Piante che sembrano respirare. Ti ci metti davanti e hai quasi l’impressione che ti guardino, che si muovano appena, come se stessero decidendo se accoglierti o respingerti. Non sono “nature morte”, e chiamarle così sarebbe un insulto. Sono esseri vivi, reinventati, piegati a leggi fisiche che non sono le nostre, come se venissero da un altrove dove la gravità si comporta in modo diverso e la luce ha un altro colore.

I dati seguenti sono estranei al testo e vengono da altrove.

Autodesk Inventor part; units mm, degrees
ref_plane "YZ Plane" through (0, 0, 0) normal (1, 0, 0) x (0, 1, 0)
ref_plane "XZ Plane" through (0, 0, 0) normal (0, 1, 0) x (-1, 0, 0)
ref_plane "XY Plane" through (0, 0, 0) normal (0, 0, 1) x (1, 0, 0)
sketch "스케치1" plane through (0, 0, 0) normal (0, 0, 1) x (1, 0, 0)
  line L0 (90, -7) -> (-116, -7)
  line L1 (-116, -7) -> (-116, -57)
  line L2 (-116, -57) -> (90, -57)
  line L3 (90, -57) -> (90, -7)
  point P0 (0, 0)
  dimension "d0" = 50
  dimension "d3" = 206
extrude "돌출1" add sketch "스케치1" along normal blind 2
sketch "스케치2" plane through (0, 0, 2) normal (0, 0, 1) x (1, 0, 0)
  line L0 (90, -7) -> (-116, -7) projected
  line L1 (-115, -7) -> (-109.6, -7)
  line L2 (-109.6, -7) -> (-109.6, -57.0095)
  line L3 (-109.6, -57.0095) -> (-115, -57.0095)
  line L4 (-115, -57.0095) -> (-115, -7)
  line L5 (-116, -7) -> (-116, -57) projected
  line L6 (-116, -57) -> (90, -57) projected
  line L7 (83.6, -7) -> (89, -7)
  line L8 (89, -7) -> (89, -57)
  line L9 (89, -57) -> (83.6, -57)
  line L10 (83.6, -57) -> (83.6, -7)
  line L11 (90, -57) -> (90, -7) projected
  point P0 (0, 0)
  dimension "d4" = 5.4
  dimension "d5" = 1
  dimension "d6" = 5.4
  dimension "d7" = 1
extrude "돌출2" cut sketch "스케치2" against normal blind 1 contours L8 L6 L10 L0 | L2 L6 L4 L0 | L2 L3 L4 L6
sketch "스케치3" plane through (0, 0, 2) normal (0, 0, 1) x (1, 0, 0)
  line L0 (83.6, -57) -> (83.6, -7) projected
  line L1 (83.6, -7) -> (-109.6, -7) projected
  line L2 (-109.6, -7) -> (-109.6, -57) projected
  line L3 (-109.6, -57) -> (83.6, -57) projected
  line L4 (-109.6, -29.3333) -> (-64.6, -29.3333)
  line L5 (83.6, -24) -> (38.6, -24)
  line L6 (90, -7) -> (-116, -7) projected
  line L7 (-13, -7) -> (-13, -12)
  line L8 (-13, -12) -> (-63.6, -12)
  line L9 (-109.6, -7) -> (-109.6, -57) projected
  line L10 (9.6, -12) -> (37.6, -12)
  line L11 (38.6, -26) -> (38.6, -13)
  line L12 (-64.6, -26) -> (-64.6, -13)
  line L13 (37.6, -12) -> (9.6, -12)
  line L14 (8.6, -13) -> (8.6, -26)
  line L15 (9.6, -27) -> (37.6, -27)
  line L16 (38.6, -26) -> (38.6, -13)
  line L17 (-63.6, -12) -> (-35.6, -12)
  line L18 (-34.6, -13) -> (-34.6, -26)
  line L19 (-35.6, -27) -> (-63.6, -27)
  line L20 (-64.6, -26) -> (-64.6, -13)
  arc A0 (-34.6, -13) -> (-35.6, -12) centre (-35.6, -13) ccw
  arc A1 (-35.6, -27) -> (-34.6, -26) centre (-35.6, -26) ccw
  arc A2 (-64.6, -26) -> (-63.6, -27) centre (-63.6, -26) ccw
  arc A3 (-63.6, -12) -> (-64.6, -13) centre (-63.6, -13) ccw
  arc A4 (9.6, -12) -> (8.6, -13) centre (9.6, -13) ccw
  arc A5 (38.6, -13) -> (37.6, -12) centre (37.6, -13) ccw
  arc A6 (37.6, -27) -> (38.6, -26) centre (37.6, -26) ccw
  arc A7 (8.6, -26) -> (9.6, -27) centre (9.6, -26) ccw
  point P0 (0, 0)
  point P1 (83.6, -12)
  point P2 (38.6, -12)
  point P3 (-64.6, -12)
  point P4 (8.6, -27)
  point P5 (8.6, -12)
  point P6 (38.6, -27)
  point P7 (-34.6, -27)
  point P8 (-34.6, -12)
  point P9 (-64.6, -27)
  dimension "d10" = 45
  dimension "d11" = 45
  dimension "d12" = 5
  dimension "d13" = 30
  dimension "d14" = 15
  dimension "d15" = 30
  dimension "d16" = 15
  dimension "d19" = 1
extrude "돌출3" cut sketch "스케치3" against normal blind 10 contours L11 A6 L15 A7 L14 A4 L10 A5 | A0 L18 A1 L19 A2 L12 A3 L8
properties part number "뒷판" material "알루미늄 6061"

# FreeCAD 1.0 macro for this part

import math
import FreeCAD as App
import Part
import Sketcher

V = App.Vector
Q = App.Units.Quantity

doc = App.newDocument("Part")
body = doc.addObject("PartDesign::Body", "Body")

# Sketch on XY plane
sketch1 = doc.addObject("Sketcher::SketchObject", "Sketch")
body.addObject(sketch1)
sketch1.AttachmentSupport = (doc.XY_Plane, [""])
sketch1.MapMode = "FlatFace"
sketch1.addGeometry(Part.LineSegment(V(90, -57, 0), V(90, -7, 0)), False)
sketch1.addGeometry(Part.LineSegment(V(90, -7, 0), V(-116, -7, 0)), False)
sketch1.addGeometry(Part.LineSegment(V(-116, -7, 0), V(-116, -57, 0)), False)
sketch1.addGeometry(Part.LineSegment(V(-116, -57, 0), V(90, -57, 0)), False)
sketch1.addConstraint(Sketcher.Constraint("Coincident", 0, 2, 1, 1))
sketch1.addConstraint(Sketcher.Constraint("Coincident", 1, 2, 2, 1))
sketch1.addConstraint(Sketcher.Constraint("Coincident", 2, 2, 3, 1))
sketch1.addConstraint(Sketcher.Constraint("Coincident", 3, 2, 0, 1))
sketch1.addConstraint(Sketcher.Constraint("Vertical", 0))
sketch1.addConstraint(Sketcher.Constraint("Horizontal", 1))
sketch1.addConstraint(Sketcher.Constraint("Vertical", 2))
sketch1.addConstraint(Sketcher.Constraint("Horizontal", 3))
sketch1.addConstraint(Sketcher.Constraint("DistanceX", 1, 2, 1, 1, Q("206 mm")))
sketch1.addConstraint(Sketcher.Constraint("DistanceY", 0, 1, 0, 2, Q("50 mm")))
sketch1.addConstraint(Sketcher.Constraint("DistanceX", -1, 1, 0, 2, Q("90 mm")))
sketch1.addConstraint(Sketcher.Constraint("DistanceY", 0, 2, -1, 1, Q("7 mm")))
pad1 = doc.addObject("PartDesign::Pad", "Pad")
body.addObject(pad1)
pad1.Profile = sketch1
pad1.Length = 2

# Sketch on XY plane
sketch2 = doc.addObject("Sketcher::SketchObject", "Sketch001")
body.addObject(sketch2)
sketch2.AttachmentSupport = (doc.XY_Plane, [""])
sketch2.MapMode = "FlatFace"
sketch2.AttachmentOffset = App.Placement(V(0, 0, 2), App.Rotation())
sketch2.addGeometry(Part.LineSegment(V(89, -57, 0), V(89, -7, 0)), False)
sketch2.addGeometry(Part.LineSegment(V(89, -7, 0), V(84, -7, 0)), False)
sketch2.addGeometry(Part.LineSegment(V(84, -7, 0), V(84, -57, 0)), False)
sketch2.addGeometry(Part.LineSegment(V(84, -57, 0), V(89, -57, 0)), False)
sketch2.addGeometry(Part.LineSegment(V(-110, -7, 0), V(-115, -7, 0)), False)
sketch2.addGeometry(Part.LineSegment(V(-115, -7, 0), V(-115, -57, 0)), False)
sketch2.addGeometry(Part.LineSegment(V(-115, -57, 0), V(-110, -57, 0)), False)
sketch2.addGeometry(Part.LineSegment(V(-110, -57, 0), V(-110, -7, 0)), False)
sketch2.addConstraint(Sketcher.Constraint("Coincident", 0, 2, 1, 1))
sketch2.addConstraint(Sketcher.Constraint("Coincident", 1, 2, 2, 1))
sketch2.addConstraint(Sketcher.Constraint("Coincident", 2, 2, 3, 1))
sketch2.addConstraint(Sketcher.Constraint("Coincident", 3, 2, 0, 1))
sketch2.addConstraint(Sketcher.Constraint("Coincident", 4, 2, 5, 1))
sketch2.addConstraint(Sketcher.Constraint("Coincident", 5, 2, 6, 1))
sketch2.addConstraint(Sketcher.Constraint("Coincident", 6, 2, 7, 1))
sketch2.addConstraint(Sketcher.Constraint("Coincident", 7, 2, 4, 1))
sketch2.addConstraint(Sketcher.Constraint("Vertical", 0))
sketch2.addConstraint(Sketcher.Constraint("Horizontal", 1))
sketch2.addConstraint(Sketcher.Constraint("Vertical", 2))
sketch2.addConstraint(Sketcher.Constraint("Horizontal", 3))
sketch2.addConstraint(Sketcher.Constraint("Horizontal", 4))
sketch2.addConstraint(Sketcher.Constraint("Vertical", 5))
sketch2.addConstraint(Sketcher.Constraint("Horizontal", 6))
sketch2.addConstraint(Sketcher.Constraint("Vertical", 7))
sketch2.addConstraint(Sketcher.Constraint("Horizontal", 1, 2, 4, 2))
sketch2.addConstraint(Sketcher.Constraint("Equal", 3, 4))
sketch2.addConstraint(Sketcher.Constraint("DistanceX", 1, 2, 1, 1, Q("5.4 mm")))
sketch2.addConstraint(Sketcher.Constraint("DistanceY", 0, 1, 0, 2, Q("50 mm")))
sketch2.addConstraint(Sketcher.Constraint("DistanceX", -1, 1, 0, 2, Q("89 mm")))
sketch2.addConstraint(Sketcher.Constraint("DistanceY", 0, 2, -1, 1, Q("7 mm")))
sketch2.addConstraint(Sketcher.Constraint("DistanceX", 4, 2, -1, 1, Q("115 mm")))
sketch2.addConstraint(Sketcher.Constraint("DistanceY", 5, 2, 5, 1, Q("50.0095 mm")))
pocket1 = doc.addObject("PartDesign::Pocket", "Pocket")
body.addObject(pocket1)
pocket1.Profile = sketch2
pocket1.Length = 1

# Sketch on XY plane
sketch3 = doc.addObject("Sketcher::SketchObject", "Sketch002")
body.addObject(sketch3)
sketch3.AttachmentSupport = (doc.XY_Plane, [""])
sketch3.MapMode = "FlatFace"
sketch3.AttachmentOffset = App.Placement(V(0, 0, 2), App.Rotation())
sketch3.addGeometry(Part.LineSegment(V(38.6, -26, 0), V(38.6, -13, 0)), False)
sketch3.addGeometry(Part.ArcOfCircle(Part.Circle(V(37.6, -13, 0), V(0, 0, 1), 1), math.radians(0), math.radians(90)), False)
sketch3.addGeometry(Part.LineSegment(V(37.6, -12, 0), V(9.6, -12, 0)), False)
sketch3.addGeometry(Part.ArcOfCircle(Part.Circle(V(9.6, -13, 0), V(0, 0, 1), 1), math.radians(90), math.radians(180)), False)
sketch3.addGeometry(Part.LineSegment(V(8.6, -13, 0), V(8.6, -26, 0)), False)
sketch3.addGeometry(Part.ArcOfCircle(Part.Circle(V(9.6, -26, 0), V(0, 0, 1), 1), math.radians(180), math.radians(270)), False)
sketch3.addGeometry(Part.LineSegment(V(9.6, -27, 0), V(37.6, -27, 0)), False)
sketch3.addGeometry(Part.ArcOfCircle(Part.Circle(V(37.6, -26, 0), V(0, 0, 1), 1), math.radians(-90), math.radians(0)), False)
sketch3.addGeometry(Part.ArcOfCircle(Part.Circle(V(-35.6, -13, 0), V(0, 0, 1), 1), math.radians(0), math.radians(90)), False)
sketch3.addGeometry(Part.LineSegment(V(-35.6, -12, 0), V(-63.6, -12, 0)), False)
sketch3.addGeometry(Part.ArcOfCircle(Part.Circle(V(-63.6, -13, 0), V(0, 0, 1), 1), math.radians(90), math.radians(180)), False)
sketch3.addGeometry(Part.LineSegment(V(-64.6, -13, 0), V(-64.6, -26, 0)), False)
sketch3.addGeometry(Part.ArcOfCircle(Part.Circle(V(-63.6, -26, 0), V(0, 0, 1), 1), math.radians(180), math.radians(270)), False)
sketch3.addGeometry(Part.LineSegment(V(-63.6, -27, 0), V(-35.6, -27, 0)), False)
sketch3.addGeometry(Part.ArcOfCircle(Part.Circle(V(-35.6, -26, 0), V(0, 0, 1), 1), math.radians(-90), math.radians(0)), False)
sketch3.addGeometry(Part.LineSegment(V(-34.6, -26, 0), V(-34.6, -13, 0)), False)
sketch3.addConstraint(Sketcher.Constraint("Tangent", 0, 2, 1, 1))
sketch3.addConstraint(Sketcher.Constraint("Tangent", 1, 2, 2, 1))
sketch3.addConstraint(Sketcher.Constraint("Tangent", 2, 2, 3, 1))
sketch3.addConstraint(Sketcher.Constraint("Tangent", 3, 2, 4, 1))
sketch3.addConstraint(Sketcher.Constraint("Tangent", 4, 2, 5, 1))
sketch3.addConstraint(Sketcher.Constraint("Tangent", 5, 2, 6, 1))
sketch3.addConstraint(Sketcher.Constraint("Tangent", 6, 2, 7, 1))
sketch3.addConstraint(Sketcher.Constraint("Tangent", 7, 2, 0, 1))
sketch3.addConstraint(Sketcher.Constraint("Tangent", 8, 2, 9, 1))
sketch3.addConstraint(Sketcher.Constraint("Tangent", 9, 2, 10, 1))
sketch3.addConstraint(Sketcher.Constraint("Tangent", 10, 2, 11, 1))
sketch3.addConstraint(Sketcher.Constraint("Tangent", 11, 2, 12, 1))
sketch3.addConstraint(Sketcher.Constraint("Tangent", 12, 2, 13, 1))
sketch3.addConstraint(Sketcher.Constraint("Tangent", 13, 2, 14, 1))
sketch3.addConstraint(Sketcher.Constraint("Tangent", 14, 2, 15, 1))
sketch3.addConstraint(Sketcher.Constraint("Tangent", 15, 2, 8, 1))
sketch3.addConstraint(Sketcher.Constraint("Vertical", 0))
sketch3.addConstraint(Sketcher.Constraint("Horizontal", 2))
sketch3.addConstraint(Sketcher.Constraint("Vertical", 4))
sketch3.addConstraint(Sketcher.Constraint("Horizontal", 6))
sketch3.addConstraint(Sketcher.Constraint("Horizontal", 9))
sketch3.addConstraint(Sketcher.Constraint("Vertical", 11))
sketch3.addConstraint(Sketcher.Constraint("Horizontal", 13))
sketch3.addConstraint(Sketcher.Constraint("Vertical", 15))
sketch3.addConstraint(Sketcher.Constraint("Equal", 1, 3))
sketch3.addConstraint(Sketcher.Constraint("Equal", 3, 5))
sketch3.addConstraint(Sketcher.Constraint("Equal", 5, 7))
sketch3.addConstraint(Sketcher.Constraint("Equal", 7, 8))
sketch3.addConstraint(Sketcher.Constraint("Equal", 8, 10))
sketch3.addConstraint(Sketcher.Constraint("Equal", 10, 12))
sketch3.addConstraint(Sketcher.Constraint("Equal", 12, 14))
sketch3.addConstraint(Sketcher.Constraint("Horizontal", 3, 3, 8, 3))
sketch3.addConstraint(Sketcher.Constraint("Horizontal", 7, 3, 12, 3))
sketch3.addConstraint(Sketcher.Constraint("Equal", 6, 9))
sketch3.addConstraint(Sketcher.Constraint("Radius", 1, Q("1 mm")))
sketch3.addConstraint(Sketcher.Constraint("DistanceY", 5, 2, 2, 2, Q("15 mm")))
sketch3.addConstraint(Sketcher.Constraint("DistanceX", 2, 2, 2, 1, Q("28 mm")))
sketch3.addConstraint(Sketcher.Constraint("DistanceY", 1, 3, -1, 1, Q("13 mm")))
sketch3.addConstraint(Sketcher.Constraint("DistanceX", -1, 1, 1, 3, Q("37.6 mm")))
sketch3.addConstraint(Sketcher.Constraint("DistanceX", 8, 3, -1, 1, Q("35.6 mm")))
pocket2 = doc.addObject("PartDesign::Pocket", "Pocket001")
body.addObject(pocket2)
pocket2.Profile = sketch3
pocket2.Length = 10

doc.recompute()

Vincent Fournier le ha costruite con una precisione quasi chirurgica – fotogrammetria, animazione 3D, tutto quello che la tecnologia può offrire – ma il risultato è stranamente poetico. Non senti il freddo del digitale, anzi: è come se ogni linea, ogni curva, fosse stata disegnata a mano da qualcuno che ama profondamente la vita. Solo che qui la vita non è quella che conosciamo. È una vita “altra”, che cresce, muta, si piega a venti che non esistono sulla Terra.
E allora ti viene da chiederti: e se davvero le piante fossero così? Se da qualche parte, su un pianeta lontano, ci fosse una foresta che non assomiglia a nulla di ciò che conosciamo, ma che comunque ha in sé qualcosa di familiare? Perché queste creature immaginate, per quanto stranianti, ci parlano di noi. Della nostra fragilità, della nostra capacità di adattarci, del nostro bisogno ostinato di continuare a vivere, anche in condizioni estreme.
Fournier non cerca rifugi su altri mondi, non è questo il punto. Il suo lavoro è un avvertimento gentile, quasi una carezza: guardate quanto è preziosa la vita, anche quando la reinventiamo. E mentre guardi queste piante impossibili, ti viene voglia di uscire e abbracciare la prima pianta vera che incontri.
Se sei a Parigi, vai a vedere Flora Incognita da Saint Laurent Rive Droite, in 213 Rue Saint-Honoré, fino al 10 settembre 2025. Non è solo fotografia: è un promemoria che la vita – qui o altrove – è la cosa più straordinaria che abbiamo.